Consumers of animal material were on average significantly less rheophilous (P = 0.03) and more thermophilous (P < 0.001) than non-consumers of animal material (Fig. 9). Consumers of plant material (i.e. shredders) were on average significantly more hydroaerophilous (P = 0.006) and rheophilous (P = 0.04) and less thermophilous (P < 0.001) than non-consumers of plant material (Fig. 9).
Discussion
Several factors restricted the analysis undertaken here. Data constraints limited taxonomic resolution to family level, but finer taxonomic resolution would have been preferable because trait values can vary appreciably among species or genera within a family (Monaghan & Soares, 2013). Further, the SRA did not sample before the Millennium Drought or during its early stages, and therefore initial responses of invertebrate assemblages, which might have been substantial, were excluded from the analysis. Moreover, the last sampling round began very early in the post-drought period and, as a result, the final assemblage change probably did not reflect the full post-drought response. In addition, the estimated hydroaerophily, rheophily and thermophily derived in this study from field distributions could not be directly assessed for accuracy because experimental data on environmental preferences of the study families are lacking. Nonetheless, the use of these traits to assess responses to spatial and temporal climatic variation, and their correlations with respiration mode, were underpinned by several hypotheses. Support for these hypotheses suggested that the derived values are of practical use.

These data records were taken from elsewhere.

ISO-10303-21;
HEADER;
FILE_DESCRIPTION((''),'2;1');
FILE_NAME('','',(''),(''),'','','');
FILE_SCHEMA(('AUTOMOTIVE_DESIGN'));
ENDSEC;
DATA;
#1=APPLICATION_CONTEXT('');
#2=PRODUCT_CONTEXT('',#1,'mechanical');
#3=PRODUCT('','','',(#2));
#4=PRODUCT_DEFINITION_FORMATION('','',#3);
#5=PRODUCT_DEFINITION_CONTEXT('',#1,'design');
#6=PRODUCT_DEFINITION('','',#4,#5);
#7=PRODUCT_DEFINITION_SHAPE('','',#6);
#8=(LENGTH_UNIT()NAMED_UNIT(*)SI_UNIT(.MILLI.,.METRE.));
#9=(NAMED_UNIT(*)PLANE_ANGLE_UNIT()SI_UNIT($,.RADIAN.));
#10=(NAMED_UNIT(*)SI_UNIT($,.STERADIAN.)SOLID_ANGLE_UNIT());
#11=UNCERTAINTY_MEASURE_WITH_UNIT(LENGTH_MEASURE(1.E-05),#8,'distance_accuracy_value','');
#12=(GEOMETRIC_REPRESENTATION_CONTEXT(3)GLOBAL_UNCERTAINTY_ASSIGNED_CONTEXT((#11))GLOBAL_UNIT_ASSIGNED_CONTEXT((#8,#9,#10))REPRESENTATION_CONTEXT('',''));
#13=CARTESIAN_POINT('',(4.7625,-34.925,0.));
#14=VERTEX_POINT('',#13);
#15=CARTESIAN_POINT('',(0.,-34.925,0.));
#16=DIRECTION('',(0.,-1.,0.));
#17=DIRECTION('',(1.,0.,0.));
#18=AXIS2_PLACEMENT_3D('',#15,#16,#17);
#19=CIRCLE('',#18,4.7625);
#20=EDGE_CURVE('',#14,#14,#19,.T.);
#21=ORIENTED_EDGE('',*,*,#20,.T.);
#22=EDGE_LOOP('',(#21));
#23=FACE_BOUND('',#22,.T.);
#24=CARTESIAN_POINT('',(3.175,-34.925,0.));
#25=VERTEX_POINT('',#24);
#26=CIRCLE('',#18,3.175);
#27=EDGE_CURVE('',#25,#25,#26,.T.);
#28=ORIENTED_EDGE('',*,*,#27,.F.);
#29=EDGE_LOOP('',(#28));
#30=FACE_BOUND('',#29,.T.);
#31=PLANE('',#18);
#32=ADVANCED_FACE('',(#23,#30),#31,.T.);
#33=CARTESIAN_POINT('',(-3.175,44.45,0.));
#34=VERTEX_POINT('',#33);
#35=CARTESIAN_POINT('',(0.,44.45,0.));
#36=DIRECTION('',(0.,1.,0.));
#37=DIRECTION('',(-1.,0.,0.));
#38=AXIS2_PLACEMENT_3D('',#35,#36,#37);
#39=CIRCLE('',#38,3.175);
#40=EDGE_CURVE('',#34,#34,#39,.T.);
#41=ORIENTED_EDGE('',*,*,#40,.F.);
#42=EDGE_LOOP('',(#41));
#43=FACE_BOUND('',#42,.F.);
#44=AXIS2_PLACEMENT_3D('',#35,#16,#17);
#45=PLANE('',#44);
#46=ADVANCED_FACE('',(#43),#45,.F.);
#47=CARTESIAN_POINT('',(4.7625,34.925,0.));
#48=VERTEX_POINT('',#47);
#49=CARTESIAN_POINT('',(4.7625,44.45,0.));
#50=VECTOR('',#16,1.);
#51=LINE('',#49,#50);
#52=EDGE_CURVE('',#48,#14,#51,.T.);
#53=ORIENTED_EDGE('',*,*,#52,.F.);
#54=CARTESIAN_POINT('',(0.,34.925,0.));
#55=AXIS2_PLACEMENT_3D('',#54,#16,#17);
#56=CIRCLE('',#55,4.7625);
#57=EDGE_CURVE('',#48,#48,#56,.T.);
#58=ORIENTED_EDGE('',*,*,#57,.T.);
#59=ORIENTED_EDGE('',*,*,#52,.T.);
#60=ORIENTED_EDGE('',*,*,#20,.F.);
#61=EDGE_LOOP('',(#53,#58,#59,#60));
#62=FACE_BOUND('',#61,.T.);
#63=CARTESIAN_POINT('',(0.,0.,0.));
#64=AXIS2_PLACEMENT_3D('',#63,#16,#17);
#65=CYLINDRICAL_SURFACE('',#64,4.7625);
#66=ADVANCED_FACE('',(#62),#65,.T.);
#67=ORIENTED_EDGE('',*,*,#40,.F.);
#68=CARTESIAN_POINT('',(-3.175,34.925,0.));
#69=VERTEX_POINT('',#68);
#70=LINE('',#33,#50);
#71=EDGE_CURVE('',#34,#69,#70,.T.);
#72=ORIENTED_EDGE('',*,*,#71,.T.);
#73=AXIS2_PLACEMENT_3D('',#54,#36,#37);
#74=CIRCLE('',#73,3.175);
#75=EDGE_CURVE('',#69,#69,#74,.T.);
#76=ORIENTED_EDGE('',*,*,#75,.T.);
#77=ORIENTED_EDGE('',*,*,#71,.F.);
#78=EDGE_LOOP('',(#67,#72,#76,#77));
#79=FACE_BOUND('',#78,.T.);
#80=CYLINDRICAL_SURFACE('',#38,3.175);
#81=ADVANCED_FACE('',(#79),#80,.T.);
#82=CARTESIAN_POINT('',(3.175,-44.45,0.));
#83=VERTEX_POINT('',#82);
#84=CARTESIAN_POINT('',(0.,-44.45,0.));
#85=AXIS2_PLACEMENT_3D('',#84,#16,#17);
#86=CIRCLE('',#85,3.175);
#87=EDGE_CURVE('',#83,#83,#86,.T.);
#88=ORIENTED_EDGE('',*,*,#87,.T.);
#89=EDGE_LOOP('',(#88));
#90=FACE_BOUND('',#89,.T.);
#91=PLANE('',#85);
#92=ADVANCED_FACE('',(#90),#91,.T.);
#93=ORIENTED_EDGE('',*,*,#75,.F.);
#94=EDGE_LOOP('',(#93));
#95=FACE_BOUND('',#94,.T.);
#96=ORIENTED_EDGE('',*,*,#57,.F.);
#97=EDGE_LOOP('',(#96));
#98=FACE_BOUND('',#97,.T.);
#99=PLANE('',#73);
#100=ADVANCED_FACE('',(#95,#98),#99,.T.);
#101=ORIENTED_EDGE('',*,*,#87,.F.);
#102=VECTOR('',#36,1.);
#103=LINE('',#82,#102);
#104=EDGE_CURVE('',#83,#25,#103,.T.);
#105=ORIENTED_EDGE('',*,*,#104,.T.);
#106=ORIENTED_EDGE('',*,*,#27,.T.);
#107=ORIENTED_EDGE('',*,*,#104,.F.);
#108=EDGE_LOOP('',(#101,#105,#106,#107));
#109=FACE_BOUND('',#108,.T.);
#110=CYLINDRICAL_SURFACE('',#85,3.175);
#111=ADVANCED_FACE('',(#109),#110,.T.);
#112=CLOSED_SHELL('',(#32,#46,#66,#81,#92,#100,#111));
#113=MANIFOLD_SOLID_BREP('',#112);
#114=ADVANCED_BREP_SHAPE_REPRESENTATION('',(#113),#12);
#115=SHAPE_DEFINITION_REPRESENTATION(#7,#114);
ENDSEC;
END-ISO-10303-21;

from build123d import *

# Parameters (mm, degrees)
F0_R     = 4.7625
F1_DEPTH = 44.45
F2_R     = 6.35
F2_R_2   = 3.175
F3_DEPTH = 9.525
F4_R     = 6.35
F4_R_2   = 3.175
F5_DEPTH = 9.525


with BuildPart() as f1:
    # F0 (on Front) → F1 (new body, symmetric)
    with BuildSketch(Plane.XZ):
        Circle(F0_R)
    extrude(amount=F1_DEPTH, both=True)

    # F2 (on face) → F3 (cut)
    with BuildSketch(Plane.XZ.offset(44.45)):
        Circle(F2_R)
        Circle(F2_R_2, mode=Mode.SUBTRACT)
    extrude(amount=-F3_DEPTH, mode=Mode.SUBTRACT)

    # F4 (on face) → F5 (cut)
    with BuildSketch(Plane(origin=(0, 44.45, 0), x_dir=(-1, 0, 0), z_dir=(0, 1, 0))):
        Circle(F4_R)
        Circle(F4_R_2, mode=Mode.SUBTRACT)
    extrude(amount=-F5_DEPTH, mode=Mode.SUBTRACT)


solid = f1.part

The average hydroaerophily, rheophily and thermophily of families in samples from both edgewaters and riffles were strongly associated with values of long-term climatic variables for study sites and in the expected directions. That is, families present in cooler and wetter areas tended to favour higher concentrations of dissolved oxygen, faster current and lower temperatures than those in warmer and drier areas. These relationships were strong even though the correlations were with the terrestrial climate rather than the aquatic environment. Air temperature probably acted as a reasonable surrogate for water temperature over such a large area and climatic range, and precipitation as a surrogate for stream perenniality. The strong correlations of faunal composition with spatial variation in climate, and marked responses to short-term climatic fluctuations, suggest that the fauna of this region will be sensitive to long-term climatic changes. Temperatures across the Murray–Darling Basin are projected to increase during the 21st century and rainfall to decline (Maxino et al., 2008; Smith & Chandler, 2010). Thus, species with high hydroaerophily and rheophily and low thermophily are likely to be adversely affected and species with the opposite traits are likely to benefit.

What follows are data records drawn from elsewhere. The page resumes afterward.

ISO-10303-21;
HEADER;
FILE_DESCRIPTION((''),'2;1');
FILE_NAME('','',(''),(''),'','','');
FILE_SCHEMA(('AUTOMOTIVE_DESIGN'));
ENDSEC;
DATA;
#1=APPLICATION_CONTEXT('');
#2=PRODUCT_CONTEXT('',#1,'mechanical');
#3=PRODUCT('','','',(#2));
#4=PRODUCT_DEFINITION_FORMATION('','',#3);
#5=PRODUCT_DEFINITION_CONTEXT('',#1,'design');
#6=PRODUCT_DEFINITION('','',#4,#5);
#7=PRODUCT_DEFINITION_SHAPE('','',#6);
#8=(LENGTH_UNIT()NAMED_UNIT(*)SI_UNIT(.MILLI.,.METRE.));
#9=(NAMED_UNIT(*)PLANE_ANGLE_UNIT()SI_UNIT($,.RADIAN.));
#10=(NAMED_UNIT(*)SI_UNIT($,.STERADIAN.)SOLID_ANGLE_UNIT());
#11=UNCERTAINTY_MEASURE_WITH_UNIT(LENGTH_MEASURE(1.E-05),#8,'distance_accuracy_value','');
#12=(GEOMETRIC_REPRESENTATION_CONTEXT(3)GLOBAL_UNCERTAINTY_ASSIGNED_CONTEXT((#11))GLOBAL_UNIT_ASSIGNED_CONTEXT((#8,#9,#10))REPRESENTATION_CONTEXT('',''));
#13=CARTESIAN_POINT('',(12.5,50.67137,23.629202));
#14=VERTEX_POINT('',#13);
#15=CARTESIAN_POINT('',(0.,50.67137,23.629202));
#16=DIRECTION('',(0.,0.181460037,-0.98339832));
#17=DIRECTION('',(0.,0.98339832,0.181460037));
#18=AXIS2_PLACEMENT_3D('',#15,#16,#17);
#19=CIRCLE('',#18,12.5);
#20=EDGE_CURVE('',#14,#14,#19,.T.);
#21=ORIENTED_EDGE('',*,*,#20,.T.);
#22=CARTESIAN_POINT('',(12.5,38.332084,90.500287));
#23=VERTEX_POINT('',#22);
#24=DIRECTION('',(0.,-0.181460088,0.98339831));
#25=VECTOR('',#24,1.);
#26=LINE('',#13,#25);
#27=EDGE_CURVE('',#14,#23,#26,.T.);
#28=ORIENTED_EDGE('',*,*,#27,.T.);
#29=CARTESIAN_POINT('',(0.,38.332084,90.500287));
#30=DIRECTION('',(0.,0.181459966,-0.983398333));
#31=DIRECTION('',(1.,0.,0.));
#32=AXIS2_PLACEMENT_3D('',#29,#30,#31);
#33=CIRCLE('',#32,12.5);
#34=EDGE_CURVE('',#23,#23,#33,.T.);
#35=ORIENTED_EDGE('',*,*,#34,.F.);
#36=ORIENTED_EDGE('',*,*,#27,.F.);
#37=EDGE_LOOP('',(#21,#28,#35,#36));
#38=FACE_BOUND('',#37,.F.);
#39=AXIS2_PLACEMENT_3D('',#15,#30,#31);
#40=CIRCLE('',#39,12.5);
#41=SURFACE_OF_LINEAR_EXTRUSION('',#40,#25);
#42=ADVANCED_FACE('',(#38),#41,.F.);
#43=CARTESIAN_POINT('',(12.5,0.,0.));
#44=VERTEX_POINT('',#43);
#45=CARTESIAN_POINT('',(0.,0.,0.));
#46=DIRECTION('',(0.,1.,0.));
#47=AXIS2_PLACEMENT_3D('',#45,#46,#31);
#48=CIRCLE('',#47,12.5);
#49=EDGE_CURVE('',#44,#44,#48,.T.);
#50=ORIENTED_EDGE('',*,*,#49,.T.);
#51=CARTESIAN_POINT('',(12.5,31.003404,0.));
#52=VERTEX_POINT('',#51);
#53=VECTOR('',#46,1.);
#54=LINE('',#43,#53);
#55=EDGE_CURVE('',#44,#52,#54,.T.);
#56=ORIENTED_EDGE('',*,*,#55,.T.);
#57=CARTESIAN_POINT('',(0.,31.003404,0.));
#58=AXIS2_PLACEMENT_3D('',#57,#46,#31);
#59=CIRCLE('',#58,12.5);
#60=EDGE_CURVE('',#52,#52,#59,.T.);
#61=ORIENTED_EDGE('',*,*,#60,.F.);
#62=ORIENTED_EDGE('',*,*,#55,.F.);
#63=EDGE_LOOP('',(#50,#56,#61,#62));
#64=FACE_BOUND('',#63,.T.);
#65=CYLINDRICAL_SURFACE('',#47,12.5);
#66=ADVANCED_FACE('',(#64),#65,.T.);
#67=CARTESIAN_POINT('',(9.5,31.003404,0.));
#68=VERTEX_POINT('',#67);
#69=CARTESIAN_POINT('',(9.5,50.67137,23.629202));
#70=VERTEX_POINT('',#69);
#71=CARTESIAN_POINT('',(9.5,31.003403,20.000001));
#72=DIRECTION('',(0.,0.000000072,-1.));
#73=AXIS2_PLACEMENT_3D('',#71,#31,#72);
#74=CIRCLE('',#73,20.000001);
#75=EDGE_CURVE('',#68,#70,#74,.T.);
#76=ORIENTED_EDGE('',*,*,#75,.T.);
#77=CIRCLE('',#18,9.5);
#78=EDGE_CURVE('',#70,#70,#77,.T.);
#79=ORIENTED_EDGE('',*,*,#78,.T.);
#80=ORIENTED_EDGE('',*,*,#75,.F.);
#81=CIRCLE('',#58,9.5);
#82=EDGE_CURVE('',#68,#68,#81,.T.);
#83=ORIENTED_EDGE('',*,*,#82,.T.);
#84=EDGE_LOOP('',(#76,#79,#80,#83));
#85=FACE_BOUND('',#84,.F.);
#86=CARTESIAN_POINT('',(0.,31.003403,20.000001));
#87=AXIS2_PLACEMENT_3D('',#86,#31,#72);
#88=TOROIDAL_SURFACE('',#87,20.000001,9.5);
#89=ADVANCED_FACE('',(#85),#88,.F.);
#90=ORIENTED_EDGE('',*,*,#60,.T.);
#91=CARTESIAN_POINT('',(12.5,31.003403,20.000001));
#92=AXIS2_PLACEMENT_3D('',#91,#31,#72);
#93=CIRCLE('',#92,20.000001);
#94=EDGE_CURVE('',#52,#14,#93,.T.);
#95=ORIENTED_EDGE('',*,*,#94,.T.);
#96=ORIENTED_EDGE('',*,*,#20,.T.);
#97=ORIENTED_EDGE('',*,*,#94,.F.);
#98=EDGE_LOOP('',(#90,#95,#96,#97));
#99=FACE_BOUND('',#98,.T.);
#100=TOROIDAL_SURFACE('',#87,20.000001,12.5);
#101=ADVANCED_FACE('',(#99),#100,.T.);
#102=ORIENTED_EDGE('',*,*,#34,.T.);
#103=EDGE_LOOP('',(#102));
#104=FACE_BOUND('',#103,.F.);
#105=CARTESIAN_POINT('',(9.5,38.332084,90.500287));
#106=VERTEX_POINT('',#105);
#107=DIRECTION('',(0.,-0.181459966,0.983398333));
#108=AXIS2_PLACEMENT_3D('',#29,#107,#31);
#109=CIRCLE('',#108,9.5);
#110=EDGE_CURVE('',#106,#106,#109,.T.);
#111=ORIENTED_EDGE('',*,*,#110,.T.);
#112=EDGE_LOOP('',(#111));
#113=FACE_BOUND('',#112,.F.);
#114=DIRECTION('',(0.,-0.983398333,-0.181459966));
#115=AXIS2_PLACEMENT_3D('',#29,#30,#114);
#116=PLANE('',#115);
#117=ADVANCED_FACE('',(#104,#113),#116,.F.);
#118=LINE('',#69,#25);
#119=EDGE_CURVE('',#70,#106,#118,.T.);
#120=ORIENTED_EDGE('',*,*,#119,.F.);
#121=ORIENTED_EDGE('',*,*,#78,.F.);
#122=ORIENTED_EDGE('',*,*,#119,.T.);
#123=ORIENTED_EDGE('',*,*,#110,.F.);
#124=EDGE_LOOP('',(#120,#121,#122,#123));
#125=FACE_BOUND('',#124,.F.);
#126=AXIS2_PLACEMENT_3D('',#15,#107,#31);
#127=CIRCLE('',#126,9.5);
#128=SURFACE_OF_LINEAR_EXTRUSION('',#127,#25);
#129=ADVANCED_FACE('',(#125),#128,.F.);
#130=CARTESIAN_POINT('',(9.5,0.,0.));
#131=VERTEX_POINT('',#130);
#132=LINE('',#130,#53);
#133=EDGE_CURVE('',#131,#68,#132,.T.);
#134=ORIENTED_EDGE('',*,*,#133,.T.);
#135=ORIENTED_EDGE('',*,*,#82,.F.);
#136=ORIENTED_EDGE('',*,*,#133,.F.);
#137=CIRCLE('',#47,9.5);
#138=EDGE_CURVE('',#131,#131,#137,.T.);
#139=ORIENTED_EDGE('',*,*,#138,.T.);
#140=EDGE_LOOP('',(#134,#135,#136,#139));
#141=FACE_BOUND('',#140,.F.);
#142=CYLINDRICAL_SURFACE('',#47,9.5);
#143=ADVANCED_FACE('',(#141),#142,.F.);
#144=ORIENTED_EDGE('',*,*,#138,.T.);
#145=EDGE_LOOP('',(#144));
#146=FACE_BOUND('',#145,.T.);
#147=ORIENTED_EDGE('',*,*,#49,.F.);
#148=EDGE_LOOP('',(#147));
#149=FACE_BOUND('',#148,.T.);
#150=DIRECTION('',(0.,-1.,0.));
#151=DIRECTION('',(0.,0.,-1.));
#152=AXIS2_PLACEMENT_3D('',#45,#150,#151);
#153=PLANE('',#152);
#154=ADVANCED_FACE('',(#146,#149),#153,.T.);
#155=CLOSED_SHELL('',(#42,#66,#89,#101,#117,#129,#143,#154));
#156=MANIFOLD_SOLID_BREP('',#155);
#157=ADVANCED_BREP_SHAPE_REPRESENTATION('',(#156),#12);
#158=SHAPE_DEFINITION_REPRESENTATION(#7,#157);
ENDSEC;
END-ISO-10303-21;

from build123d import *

# Parameters (mm, degrees)
F0_R   = 12.5
F0_R_2 = 9.5


with BuildPart() as f2:
    # F2: sweep along a path in F1
    with BuildLine(Plane.YZ) as f2_path:
        Line((0, 0), (31.003404, 0))
        ThreePointArc((31.003404, 0), (46.375196, 7.205158), (50.67137, 23.629202))
        Line((50.67137, 23.629202), (38.332084, 90.500287))
    # F0 (on Front) → F2 (sweep)
    with BuildSketch(Plane.XZ):
        Circle(F0_R)
        Circle(F0_R_2, mode=Mode.SUBTRACT)
    sweep(path=f2_path.line)


solid = f2.part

Average hydroaerophily, rheophily and thermophily increased or declined as expected during the drought and demonstrated post-drought recovery, whereas taxonomic richness showed no evidence of recovery. Declines of cold-water taxa in warmer years have also been reported in the USA (Stamp et al., 2010), and declines of rheophiles in dry years in Europe (Verkaik et al., 2013; Verdonschot et al., 2015). Post-drought recovery of the trait composition of the MDB assemblages was rapid, suggesting swift recolonisation, but the recovery mechanism is unknown. Notably, both impact and recovery were more pronounced in riffles than in pools, a finding that may reflect the greater environmental change (e.g. in velocity) occurring in the riffle environment.
Variation in estimated environmental preferences could be explained to some degree by respiration mode. As expected, families respiring with gills in aquatic life-history phases were more likely to favour cool, well aerated waters, whereas those able to access atmospheric oxygen were able to occupy warmer waters with lower dissolved oxygen concentrations. Similar or related findings have been reported globally. Thus, Jesus (2008) also found that organisms with branchial respiration occurred at sites with higher dissolved oxygen concentrations whereas species with aerial respiration could occur at sites with low dissolved oxygen concentrations. Horrigan & Baird (2008) observed that water velocity had a negative association with aerial respiration and a positive association with respiration by gills, while Dolédec et al. (2015) found that organisms with gill respiration responded positively and animals with aerial respiration responded negatively to flow restoration in a large river. Bêche & Resh (2007) associated gill respiration with wet years and aerial respiration with dry years. The association of estimated environmental preferences with respiration mode in the present study provides some confidence that the former are meaningful.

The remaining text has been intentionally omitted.